No Exit Read online




  Dedication

  For Riley

  Contents

  Cover

  Title Page

  Dedication

  Dusk 5:19 P.M.

  6:21 P.M.

  Night 8:14 P.M.

  8:39 P.M.

  10:18 P.M.

  11:07 P.M.

  11:55 P.M.

  Midnight 12:01 A.M.

  12:04 A.M.

  12:09 A.M.

  1:02 A.M.

  1:09 A.M.

  1:23 A.M.

  2:16 A.M.

  2:56 A.M.

  Witching Hours 3:33 A.M.

  3:45 A.M.

  4:05 A.M.

  4:26 A.M.

  4:55 A.M.

  5:44 A.M.

  6:01 A.M.

  Dawn 6:15 A.M.

  6:22 A.M.

  Epilogue

  Acknowledgments

  About the Author

  Also by Taylor Adams

  Copyright

  About the Publisher

  Dusk

  5:19 P.M.

  December 23

  “Screw you, Bing Crosby.”

  Darby Thorne was six miles up Backbone Pass when her windshield wiper broke, and that bass-baritone voice was just kicking into the second chorus. It was official: he’d be getting his white Christmas. He could shut up about it now.

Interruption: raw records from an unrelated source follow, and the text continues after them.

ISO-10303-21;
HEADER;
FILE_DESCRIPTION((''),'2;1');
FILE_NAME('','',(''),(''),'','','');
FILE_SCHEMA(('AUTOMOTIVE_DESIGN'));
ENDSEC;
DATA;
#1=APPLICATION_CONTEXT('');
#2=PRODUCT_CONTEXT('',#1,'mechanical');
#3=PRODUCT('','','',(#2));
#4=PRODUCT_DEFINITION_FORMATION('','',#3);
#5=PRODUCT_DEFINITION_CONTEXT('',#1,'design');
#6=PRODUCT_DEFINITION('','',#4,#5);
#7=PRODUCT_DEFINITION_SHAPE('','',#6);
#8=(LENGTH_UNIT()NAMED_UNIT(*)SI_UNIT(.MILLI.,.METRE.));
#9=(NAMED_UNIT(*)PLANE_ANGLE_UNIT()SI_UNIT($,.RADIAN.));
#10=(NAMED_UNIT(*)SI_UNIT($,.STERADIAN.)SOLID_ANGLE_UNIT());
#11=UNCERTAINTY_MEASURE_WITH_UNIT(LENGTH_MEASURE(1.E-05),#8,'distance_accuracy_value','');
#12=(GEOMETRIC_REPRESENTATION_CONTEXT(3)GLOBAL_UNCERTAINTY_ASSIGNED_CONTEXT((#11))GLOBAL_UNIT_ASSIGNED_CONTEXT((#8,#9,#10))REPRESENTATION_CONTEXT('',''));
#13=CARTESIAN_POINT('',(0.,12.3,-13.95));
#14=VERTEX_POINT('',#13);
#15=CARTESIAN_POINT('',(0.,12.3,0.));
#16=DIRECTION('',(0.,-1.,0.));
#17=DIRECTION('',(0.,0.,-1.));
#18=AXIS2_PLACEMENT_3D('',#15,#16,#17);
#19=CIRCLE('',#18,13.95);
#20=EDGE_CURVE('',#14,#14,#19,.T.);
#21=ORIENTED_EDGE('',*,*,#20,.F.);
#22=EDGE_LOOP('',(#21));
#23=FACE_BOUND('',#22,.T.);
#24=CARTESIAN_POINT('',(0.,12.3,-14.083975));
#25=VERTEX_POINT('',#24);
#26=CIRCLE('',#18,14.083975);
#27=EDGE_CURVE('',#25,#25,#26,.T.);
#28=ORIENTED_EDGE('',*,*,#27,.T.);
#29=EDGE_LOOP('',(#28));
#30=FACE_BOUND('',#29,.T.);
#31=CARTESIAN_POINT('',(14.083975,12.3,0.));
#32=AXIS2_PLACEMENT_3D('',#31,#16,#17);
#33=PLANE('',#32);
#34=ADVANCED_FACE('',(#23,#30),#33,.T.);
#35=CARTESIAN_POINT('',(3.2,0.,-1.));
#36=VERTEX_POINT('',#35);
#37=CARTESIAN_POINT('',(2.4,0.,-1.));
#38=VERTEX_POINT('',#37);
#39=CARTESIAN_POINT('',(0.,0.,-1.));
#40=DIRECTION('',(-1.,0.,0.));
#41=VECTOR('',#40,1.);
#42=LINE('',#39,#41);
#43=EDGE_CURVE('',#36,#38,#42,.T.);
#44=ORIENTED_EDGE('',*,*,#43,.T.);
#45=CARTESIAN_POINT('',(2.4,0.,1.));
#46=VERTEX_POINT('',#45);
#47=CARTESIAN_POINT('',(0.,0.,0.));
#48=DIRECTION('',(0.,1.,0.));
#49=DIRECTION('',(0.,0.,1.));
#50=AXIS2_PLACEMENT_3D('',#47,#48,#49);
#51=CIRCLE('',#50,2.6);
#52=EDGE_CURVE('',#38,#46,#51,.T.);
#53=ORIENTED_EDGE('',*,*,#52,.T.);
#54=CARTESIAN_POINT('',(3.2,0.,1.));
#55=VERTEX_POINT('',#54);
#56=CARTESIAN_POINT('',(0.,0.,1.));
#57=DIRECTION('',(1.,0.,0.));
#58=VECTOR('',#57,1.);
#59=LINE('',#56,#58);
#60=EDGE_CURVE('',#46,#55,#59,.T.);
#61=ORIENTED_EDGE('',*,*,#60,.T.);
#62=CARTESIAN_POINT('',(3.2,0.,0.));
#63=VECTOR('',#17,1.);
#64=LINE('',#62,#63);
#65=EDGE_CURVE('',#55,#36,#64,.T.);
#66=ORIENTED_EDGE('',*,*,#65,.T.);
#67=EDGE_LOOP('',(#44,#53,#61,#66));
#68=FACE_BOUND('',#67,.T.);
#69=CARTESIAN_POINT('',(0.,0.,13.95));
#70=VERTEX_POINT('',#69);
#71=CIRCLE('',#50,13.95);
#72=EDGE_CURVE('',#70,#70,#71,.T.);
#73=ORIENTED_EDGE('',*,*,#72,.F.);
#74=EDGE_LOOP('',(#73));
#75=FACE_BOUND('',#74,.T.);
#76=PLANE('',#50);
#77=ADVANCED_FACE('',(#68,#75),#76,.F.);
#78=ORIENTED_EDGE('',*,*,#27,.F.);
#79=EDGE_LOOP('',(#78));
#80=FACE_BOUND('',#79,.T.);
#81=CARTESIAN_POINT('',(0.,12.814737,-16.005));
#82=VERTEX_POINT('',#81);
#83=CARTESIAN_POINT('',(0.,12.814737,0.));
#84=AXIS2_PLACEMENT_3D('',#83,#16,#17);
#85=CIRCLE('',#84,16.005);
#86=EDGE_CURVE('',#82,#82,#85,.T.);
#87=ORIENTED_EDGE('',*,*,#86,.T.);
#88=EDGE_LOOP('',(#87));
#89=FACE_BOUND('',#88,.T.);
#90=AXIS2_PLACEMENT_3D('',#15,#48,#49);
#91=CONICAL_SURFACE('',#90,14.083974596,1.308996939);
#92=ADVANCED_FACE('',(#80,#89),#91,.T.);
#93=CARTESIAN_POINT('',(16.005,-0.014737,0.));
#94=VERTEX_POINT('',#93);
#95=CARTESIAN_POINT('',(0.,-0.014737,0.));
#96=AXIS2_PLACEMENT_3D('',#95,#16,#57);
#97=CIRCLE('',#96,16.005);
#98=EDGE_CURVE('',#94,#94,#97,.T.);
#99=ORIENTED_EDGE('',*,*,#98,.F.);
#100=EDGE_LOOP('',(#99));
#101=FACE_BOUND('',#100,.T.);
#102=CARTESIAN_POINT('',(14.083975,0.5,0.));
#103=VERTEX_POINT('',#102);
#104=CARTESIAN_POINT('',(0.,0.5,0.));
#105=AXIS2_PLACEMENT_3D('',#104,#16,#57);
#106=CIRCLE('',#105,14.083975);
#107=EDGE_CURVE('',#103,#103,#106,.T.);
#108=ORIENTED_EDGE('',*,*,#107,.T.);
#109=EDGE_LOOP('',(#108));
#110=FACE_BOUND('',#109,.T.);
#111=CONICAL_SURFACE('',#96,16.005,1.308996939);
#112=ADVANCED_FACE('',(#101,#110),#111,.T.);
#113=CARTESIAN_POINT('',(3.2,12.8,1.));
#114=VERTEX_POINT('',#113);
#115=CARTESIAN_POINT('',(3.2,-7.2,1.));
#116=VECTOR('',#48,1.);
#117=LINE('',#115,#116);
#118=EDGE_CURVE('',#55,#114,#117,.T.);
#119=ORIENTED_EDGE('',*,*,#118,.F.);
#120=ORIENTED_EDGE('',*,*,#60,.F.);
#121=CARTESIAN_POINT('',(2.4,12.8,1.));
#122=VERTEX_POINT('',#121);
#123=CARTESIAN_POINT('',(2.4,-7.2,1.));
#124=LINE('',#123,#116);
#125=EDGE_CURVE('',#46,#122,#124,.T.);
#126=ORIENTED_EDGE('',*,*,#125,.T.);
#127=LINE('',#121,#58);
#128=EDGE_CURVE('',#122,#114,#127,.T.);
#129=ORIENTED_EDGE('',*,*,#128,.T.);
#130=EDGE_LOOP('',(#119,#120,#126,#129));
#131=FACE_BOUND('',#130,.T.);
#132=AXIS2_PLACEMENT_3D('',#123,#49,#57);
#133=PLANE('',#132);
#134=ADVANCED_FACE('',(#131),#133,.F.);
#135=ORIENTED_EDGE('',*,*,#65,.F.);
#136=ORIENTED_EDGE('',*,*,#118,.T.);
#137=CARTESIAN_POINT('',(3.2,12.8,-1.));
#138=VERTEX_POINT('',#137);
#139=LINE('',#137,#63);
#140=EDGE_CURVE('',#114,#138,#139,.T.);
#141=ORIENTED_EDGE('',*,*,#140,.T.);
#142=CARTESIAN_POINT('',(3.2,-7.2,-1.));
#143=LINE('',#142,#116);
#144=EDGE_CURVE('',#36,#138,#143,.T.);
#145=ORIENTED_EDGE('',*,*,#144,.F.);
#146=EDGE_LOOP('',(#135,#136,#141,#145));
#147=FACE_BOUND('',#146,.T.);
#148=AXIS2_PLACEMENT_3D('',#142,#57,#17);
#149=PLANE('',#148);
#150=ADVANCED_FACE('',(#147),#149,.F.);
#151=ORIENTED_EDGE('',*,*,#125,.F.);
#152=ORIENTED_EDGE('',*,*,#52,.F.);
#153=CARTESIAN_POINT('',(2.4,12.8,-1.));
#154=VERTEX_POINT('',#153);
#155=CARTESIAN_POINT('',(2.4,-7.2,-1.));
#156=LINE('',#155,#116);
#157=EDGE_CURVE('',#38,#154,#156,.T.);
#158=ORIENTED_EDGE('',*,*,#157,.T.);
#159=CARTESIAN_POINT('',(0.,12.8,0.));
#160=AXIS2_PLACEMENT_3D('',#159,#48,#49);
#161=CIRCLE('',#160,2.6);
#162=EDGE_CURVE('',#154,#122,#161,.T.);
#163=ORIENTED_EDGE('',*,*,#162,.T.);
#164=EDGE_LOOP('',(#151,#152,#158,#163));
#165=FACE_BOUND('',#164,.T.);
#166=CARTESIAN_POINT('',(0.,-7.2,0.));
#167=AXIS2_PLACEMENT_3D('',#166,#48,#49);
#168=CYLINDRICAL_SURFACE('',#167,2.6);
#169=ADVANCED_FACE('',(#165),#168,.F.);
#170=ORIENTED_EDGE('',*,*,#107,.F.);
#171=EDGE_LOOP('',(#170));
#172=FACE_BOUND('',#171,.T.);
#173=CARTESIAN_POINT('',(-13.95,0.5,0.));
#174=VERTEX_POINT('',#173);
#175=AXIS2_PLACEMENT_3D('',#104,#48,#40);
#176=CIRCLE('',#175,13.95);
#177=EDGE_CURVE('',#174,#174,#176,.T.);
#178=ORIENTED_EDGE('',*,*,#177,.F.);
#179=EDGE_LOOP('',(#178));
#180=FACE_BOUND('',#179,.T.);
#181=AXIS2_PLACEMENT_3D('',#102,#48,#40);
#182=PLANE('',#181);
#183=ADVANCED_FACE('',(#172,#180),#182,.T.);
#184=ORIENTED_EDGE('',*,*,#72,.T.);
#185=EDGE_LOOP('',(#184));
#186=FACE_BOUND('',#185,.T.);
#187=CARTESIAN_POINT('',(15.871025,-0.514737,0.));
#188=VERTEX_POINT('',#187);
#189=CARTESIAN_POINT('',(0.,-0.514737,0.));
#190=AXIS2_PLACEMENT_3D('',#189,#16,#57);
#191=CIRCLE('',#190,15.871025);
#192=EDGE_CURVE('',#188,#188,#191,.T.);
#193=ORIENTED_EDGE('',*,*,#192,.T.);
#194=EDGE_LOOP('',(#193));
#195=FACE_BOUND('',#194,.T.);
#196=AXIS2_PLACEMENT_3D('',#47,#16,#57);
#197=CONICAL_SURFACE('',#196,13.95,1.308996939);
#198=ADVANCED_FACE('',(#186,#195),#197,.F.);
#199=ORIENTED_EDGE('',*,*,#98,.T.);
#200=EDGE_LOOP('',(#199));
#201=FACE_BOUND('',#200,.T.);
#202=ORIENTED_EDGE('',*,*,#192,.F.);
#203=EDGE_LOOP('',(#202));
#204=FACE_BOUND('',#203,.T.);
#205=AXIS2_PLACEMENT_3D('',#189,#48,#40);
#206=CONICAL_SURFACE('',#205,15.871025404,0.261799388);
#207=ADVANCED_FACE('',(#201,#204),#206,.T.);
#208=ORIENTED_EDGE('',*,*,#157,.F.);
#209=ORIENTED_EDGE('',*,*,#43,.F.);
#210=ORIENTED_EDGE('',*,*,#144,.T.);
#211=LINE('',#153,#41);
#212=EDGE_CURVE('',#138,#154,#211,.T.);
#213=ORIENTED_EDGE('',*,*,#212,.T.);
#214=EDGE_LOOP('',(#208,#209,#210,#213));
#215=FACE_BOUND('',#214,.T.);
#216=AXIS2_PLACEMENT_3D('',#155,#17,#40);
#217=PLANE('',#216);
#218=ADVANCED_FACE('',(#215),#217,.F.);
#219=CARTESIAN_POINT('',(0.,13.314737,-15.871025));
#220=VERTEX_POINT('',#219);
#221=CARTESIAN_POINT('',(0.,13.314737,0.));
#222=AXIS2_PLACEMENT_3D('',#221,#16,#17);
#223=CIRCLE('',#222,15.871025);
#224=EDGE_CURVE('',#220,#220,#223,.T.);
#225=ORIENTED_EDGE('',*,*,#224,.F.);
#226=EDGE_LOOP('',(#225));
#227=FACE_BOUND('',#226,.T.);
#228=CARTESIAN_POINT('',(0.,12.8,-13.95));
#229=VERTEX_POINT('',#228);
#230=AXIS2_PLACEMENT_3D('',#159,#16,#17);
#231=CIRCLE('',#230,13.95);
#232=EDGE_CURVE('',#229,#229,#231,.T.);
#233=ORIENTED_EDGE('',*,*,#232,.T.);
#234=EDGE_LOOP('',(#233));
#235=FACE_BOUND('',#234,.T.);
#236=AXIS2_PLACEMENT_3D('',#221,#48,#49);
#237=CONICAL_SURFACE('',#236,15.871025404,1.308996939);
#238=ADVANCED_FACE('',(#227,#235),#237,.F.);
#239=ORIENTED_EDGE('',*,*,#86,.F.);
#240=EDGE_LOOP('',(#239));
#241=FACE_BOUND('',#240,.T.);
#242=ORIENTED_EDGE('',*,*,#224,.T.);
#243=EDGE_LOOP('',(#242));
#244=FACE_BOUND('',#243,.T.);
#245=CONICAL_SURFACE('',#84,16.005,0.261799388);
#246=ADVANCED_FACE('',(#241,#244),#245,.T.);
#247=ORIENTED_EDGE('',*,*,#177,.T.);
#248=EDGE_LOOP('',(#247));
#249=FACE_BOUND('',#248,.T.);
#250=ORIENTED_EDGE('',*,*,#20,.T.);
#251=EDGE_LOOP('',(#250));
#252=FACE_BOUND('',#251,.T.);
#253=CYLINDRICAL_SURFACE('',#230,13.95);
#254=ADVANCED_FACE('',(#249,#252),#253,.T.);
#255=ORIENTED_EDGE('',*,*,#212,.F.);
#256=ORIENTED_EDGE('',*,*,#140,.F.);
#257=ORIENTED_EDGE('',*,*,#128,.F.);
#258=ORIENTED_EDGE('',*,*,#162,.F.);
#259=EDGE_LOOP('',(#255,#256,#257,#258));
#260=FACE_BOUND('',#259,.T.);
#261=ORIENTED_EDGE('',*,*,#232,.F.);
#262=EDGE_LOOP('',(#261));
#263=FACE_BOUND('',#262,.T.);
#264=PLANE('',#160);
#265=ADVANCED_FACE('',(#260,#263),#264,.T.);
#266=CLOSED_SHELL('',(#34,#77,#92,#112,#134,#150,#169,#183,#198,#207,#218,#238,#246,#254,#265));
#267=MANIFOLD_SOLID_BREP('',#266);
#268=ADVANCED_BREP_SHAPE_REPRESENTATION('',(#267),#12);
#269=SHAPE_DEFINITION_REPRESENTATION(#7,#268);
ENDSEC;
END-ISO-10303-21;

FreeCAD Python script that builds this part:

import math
import FreeCAD as App
import Part
import Sketcher

V = App.Vector
Q = App.Units.Quantity


def add_polygon(sketch, points):
    """Adds a closed chain of lines whose ends are joined by coincident constraints."""
    first, n = sketch.GeometryCount, len(points)
    for a, b in zip(points, points[1:] + points[:1]):
        sketch.addGeometry(Part.LineSegment(App.Vector(*a, 0), App.Vector(*b, 0)), False)
    for i in range(n):
        sketch.addConstraint(Sketcher.Constraint("Coincident", first + i, 2, first + (i + 1) % n, 1))

doc = App.newDocument("Part")
body = doc.addObject("PartDesign::Body", "Body")

# Sketch on XZ plane
sketch1 = body.newObject("Sketcher::SketchObject", "Sketch")
sketch1.AttachmentSupport = (doc.getObject("XZ_Plane"), [""])
sketch1.MapMode = "FlatFace"
sketch1.addGeometry(Part.Circle(V(0, 0, 0), V(0, 0, 1), 14), False)
sketch1.addConstraint([
    Sketcher.Constraint("Coincident", 0, 3, -1, 1),
    Sketcher.Constraint("Diameter", 0, 27.9),
])
pad1 = body.newObject("PartDesign::Pad", "Pad")
pad1.Profile = sketch1
pad1.Length = 12.8
pad1.Reversed = True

  She thumbed the radio dial (nothing else but static) and watched her left wiper blade flap like a fractured wrist. She considered pulling over to duct-tape it, but there was no highway shoulder—just walled embankments of dirty ice crowding her right and left. She was afraid to stop anyway. The snowflakes had been big and soppy when she’d blown through Gold Bar forty minutes ago, but they’d grown smaller and grittier as her altitude climbed. They were hypnotic now in her racing headlights, a windshield of stars smearing into light speed.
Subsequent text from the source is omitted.